Lawyers and the public mean different things when they call a lawsuit “frivolous.” The public and the news media mean that the suit is silly, desperate, based on a crazy theory or unlikely to succeed. Lawyers, however, know that suits that seem silly, desperate, based on a crazy theory or unlikely to succeed sometimes win. Sometimes, they even change the law for the better. ABA Rule 3.1 explains,
Rule 3.1: Meritorious Claims & Contentions
A lawyer shall not bring or defend a proceeding, or assert or controvert an issue therein, unless there is a basis in law and fact for doing so that is not frivolous, which includes a good faith argument for an extension, modification or reversal of existing law….
Comment:The filing of an action or defense or similar action taken for a client is not frivolous merely because the facts have not first been fully substantiated or because the lawyer expects to develop vital evidence only by discovery. What is required of lawyers, however, is that they inform themselves about the facts of their clients’ cases and the applicable law and determine that they can make good faith arguments in support of their clients’ positions. Such action is not frivolous even though the lawyer believes that the client’s position ultimately will not prevail. The action is frivolous, however, if the lawyer is unable either to make a good faith argument on the merits of the action taken or to support the action taken by a good faith argument for an extension, modification or reversal of existing law.

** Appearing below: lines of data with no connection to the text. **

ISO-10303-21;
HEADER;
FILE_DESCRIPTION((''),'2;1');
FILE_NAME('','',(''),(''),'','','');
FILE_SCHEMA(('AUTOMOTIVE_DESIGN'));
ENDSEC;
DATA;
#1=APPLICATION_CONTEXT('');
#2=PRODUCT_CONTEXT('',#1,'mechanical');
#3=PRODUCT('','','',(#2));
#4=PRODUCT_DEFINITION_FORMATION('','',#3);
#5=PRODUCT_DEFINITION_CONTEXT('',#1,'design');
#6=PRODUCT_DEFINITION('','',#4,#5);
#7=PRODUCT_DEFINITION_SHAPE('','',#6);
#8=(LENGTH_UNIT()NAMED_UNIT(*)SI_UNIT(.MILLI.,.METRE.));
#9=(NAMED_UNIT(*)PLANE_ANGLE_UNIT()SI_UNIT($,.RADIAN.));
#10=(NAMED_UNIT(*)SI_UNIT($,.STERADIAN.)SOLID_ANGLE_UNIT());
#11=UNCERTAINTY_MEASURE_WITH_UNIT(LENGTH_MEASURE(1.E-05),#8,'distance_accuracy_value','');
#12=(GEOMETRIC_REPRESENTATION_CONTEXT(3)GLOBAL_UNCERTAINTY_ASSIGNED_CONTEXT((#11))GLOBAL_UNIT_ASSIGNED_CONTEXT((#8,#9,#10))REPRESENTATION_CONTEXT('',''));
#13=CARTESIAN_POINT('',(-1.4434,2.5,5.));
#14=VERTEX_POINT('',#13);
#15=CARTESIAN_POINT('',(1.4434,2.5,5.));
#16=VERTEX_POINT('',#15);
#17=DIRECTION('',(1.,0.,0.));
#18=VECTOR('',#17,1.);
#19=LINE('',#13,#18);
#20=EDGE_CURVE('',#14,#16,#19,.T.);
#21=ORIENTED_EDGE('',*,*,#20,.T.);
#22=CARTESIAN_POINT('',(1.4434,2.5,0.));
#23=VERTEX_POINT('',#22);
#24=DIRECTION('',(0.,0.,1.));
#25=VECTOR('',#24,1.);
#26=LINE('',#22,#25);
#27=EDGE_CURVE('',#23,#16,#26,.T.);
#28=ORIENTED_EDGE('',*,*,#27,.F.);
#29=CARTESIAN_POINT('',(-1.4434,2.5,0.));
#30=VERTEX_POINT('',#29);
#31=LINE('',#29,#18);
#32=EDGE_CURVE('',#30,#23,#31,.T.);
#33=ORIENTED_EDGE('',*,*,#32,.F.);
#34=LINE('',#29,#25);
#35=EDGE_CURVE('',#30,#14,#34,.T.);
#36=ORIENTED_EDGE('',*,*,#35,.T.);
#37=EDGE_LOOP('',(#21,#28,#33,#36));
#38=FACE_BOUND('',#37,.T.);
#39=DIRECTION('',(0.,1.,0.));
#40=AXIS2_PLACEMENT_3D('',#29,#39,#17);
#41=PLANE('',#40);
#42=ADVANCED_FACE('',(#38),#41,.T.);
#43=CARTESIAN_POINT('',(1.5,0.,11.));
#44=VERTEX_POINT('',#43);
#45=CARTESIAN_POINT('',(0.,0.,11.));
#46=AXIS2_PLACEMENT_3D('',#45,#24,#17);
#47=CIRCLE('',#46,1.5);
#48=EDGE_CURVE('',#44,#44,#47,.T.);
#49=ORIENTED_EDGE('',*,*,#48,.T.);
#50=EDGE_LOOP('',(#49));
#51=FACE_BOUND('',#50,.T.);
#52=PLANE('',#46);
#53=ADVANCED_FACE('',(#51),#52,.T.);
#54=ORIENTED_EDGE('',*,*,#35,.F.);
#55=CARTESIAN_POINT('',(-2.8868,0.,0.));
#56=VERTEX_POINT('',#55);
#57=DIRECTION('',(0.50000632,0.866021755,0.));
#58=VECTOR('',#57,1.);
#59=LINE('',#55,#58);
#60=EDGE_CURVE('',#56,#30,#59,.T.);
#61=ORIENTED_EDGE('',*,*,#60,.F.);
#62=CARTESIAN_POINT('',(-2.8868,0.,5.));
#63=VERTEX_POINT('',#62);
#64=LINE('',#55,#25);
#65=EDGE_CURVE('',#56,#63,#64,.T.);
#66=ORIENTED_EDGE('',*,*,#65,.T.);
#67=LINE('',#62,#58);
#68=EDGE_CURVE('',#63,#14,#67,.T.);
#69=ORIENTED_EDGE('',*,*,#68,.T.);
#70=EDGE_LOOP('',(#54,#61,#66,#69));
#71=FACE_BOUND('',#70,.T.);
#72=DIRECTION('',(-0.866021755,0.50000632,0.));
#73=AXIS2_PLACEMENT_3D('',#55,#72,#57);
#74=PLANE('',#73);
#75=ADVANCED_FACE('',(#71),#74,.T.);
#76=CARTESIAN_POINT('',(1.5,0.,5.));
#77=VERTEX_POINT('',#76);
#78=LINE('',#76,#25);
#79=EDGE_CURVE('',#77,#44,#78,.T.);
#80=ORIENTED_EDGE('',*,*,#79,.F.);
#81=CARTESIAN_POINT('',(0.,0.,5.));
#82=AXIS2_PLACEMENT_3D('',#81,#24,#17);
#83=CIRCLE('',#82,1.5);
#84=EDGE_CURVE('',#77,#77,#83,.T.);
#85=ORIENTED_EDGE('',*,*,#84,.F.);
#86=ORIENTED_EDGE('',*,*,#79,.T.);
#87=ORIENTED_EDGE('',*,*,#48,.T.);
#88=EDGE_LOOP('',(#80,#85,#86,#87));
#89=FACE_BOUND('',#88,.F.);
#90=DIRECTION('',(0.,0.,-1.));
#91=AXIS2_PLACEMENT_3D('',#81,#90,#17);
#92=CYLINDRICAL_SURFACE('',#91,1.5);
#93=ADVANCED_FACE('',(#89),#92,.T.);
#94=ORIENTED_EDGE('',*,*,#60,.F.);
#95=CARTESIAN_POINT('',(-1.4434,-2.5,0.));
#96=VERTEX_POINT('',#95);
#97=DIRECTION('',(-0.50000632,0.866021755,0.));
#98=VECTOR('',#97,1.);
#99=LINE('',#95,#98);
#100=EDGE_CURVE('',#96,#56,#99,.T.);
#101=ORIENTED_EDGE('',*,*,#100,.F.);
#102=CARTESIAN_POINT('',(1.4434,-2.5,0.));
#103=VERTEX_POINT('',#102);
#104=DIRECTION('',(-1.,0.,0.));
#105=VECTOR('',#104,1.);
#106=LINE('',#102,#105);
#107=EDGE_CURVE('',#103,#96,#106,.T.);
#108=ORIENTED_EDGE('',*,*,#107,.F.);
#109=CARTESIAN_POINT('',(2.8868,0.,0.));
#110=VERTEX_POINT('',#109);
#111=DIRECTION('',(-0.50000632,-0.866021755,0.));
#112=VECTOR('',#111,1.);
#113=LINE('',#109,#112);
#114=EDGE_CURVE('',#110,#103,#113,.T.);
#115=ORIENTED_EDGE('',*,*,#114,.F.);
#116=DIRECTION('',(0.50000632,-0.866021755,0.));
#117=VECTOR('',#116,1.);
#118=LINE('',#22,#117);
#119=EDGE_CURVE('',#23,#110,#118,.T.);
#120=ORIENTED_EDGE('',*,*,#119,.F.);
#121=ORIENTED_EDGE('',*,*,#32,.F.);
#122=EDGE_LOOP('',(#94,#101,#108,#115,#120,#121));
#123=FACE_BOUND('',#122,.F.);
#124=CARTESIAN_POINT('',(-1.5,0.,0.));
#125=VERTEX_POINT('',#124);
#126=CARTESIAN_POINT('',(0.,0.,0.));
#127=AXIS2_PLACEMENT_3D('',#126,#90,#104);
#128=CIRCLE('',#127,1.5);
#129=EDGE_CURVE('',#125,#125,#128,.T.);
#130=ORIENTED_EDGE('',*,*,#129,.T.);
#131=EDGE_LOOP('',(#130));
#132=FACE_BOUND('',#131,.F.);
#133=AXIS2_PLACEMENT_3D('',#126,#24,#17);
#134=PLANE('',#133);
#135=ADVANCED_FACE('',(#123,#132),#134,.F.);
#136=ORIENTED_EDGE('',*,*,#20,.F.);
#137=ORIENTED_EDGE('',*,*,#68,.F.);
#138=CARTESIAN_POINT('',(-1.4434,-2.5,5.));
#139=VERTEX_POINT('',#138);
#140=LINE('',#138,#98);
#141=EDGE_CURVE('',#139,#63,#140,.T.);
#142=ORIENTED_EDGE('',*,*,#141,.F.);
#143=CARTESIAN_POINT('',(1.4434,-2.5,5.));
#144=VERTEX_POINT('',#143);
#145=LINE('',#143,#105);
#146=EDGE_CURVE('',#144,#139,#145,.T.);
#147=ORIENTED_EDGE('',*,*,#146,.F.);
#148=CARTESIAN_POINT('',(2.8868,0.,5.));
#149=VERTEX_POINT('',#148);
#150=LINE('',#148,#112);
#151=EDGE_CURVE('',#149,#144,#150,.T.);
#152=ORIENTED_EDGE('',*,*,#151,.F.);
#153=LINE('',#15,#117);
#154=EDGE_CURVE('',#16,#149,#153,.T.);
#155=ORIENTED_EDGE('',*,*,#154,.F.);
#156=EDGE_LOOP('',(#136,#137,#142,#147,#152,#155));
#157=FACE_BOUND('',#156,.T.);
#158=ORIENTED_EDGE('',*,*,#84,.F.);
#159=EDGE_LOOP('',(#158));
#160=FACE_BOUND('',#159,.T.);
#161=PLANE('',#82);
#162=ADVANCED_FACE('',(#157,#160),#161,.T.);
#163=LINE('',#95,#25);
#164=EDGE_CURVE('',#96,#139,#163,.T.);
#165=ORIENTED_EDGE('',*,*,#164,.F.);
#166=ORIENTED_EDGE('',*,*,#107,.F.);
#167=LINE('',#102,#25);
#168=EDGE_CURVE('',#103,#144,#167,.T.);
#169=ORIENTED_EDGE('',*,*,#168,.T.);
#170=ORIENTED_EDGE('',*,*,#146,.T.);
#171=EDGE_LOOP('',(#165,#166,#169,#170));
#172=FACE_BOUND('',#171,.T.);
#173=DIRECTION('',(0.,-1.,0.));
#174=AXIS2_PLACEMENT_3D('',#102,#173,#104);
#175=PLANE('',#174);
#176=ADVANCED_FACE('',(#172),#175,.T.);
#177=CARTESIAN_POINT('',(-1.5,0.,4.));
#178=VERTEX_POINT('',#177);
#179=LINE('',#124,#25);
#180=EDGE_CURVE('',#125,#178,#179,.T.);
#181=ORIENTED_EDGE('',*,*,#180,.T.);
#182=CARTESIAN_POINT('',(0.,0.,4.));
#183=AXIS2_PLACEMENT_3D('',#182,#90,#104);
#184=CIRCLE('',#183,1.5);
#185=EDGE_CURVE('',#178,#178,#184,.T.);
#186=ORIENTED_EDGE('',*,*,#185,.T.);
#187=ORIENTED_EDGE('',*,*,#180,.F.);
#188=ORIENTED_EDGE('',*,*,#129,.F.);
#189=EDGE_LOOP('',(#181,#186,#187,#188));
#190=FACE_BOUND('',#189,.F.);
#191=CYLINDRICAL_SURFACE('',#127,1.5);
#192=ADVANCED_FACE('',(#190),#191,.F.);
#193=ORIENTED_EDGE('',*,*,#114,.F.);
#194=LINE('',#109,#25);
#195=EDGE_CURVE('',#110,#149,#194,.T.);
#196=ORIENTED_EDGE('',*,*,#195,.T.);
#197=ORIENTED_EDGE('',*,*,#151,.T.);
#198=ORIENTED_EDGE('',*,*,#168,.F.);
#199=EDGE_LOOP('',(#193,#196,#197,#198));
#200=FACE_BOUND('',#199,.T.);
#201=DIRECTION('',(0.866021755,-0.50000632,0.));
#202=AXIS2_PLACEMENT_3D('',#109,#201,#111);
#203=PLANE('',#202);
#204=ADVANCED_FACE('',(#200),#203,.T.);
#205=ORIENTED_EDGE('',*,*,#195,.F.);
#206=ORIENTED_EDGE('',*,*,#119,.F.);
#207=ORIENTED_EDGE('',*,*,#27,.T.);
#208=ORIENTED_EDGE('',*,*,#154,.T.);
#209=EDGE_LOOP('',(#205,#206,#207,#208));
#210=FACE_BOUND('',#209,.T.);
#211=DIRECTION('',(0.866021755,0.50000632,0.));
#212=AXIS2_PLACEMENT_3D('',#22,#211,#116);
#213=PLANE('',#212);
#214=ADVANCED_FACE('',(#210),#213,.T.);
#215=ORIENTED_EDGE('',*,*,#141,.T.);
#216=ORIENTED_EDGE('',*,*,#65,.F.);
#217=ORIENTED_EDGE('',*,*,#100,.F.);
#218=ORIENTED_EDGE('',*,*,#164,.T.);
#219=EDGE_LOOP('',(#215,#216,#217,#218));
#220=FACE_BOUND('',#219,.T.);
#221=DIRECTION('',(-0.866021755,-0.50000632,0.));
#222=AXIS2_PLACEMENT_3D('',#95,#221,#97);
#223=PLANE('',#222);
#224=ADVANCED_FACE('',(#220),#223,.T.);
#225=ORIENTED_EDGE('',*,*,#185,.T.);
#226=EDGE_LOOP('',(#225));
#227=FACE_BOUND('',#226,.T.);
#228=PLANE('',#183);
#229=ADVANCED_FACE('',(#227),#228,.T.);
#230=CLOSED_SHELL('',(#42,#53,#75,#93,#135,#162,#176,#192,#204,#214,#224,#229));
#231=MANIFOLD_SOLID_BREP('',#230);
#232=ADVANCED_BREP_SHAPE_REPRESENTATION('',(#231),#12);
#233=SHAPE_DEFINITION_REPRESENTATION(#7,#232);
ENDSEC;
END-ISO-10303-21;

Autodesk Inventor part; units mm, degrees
ref_plane "YZ Plane" through (0, 0, 0) normal (1, 0, 0) x (0, 1, 0)
ref_plane "XZ Plane" through (0, 0, 0) normal (0, 1, 0) x (-1, 0, 0)
ref_plane "XY Plane" through (0, 0, 0) normal (0, 0, 1) x (1, 0, 0)
sketch "Sketch1" plane through (0, 0, 0) normal (0, 0, 1) x (1, 0, 0)
  line L0 (2.8868, 0) -> (1.4434, -2.5)
  line L1 (1.4434, -2.5) -> (-1.4434, -2.5)
  line L2 (-1.4434, -2.5) -> (-2.8868, 0)
  line L3 (-2.8868, 0) -> (-1.4434, 2.5)
  line L4 (-1.4434, 2.5) -> (1.4434, 2.5)
  line L5 (1.4434, 2.5) -> (2.8868, 0)
  point P0 (0, 0)
  point P1 (0, 0)
  dimension "d0" = 5
extrude "Extrusion1" add sketch "Sketch1" along normal blind 5
sketch "Sketch2" plane through (0, 0, 5) normal (0, 0, 1) x (1, 0, 0)
  circle A0 centre (0, 0) radius 1.5
  dimension "d3" = 3
extrude "Extrusion2" add sketch "Sketch2" along normal blind 6
sketch "Sketch3" plane through (0, 0, 0) normal (0, 0, -1) x (-1, 0, 0)
  circle A0 centre (0, 0) radius 1.5
  dimension "d6" = 3
extrude "Extrusion3" cut sketch "Sketch3" against normal blind 4
properties part number "Spacer7mm_m3"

The guy currently suing me for defamation, for example, hasn’t quite crossed the “frivolous” line, though he is arguing that what is clearly opinion is an assertion of fact, contrary to all existing jurisprudence. His appeal, however, while batty, does make an argument that I assume in in good faith, that a Supreme Court case supports his definition of libel. It doesn’t, but he has the right to make an argument in the hope that some judge or appellate panel will agree. Of course, he is also not a lawyer, so he can’t be held responsible for violating legal ethics.
This guy can be, however:
Pennsylvania lawyer Thomas Peter Gannon filed 49 appeals for a client in a condo dispute despite the fact that multiple judges had rejected his arguments and said, in effect, “Don’t come back here again with this crap.” A disciplinary board found that he abused the court system, demonstrating “excessive and misplaced zeal,” and the Pennsylvania Supreme Court suspended Gannon for two years for “multiple baseless and frivolous filings despite numerous warnings from judges at all levels,” relitigating issues determined in prior litigation, and thereby demonstrating an “inability to grasp the concept of res judicata.”
Gannon says that he disagrees with the suspension order and he plans to seek reconsideration through more law suits. Of course he does! He is a lawyer who, as the ABA Journals says, “won’t take no for an answer.” That can be admirable, but only when there is a chance, however slim, that the answer might change.
Source: ABA Journal
11 thoughts on “Now THIS Is A Frivolous Lawsuit!”
The guy is (1) a (former) state legislator and (2) seventy-five years old, both of which suggest he may not be playing with a full deck. And certainly should retire and go fishing. But Maybe he’s looking to be places on the U.S. Supreme Court. He’s pretty darned young for that job.
Do you have to be a practicing lawyer to be on SCOTUS? Do suspensions count?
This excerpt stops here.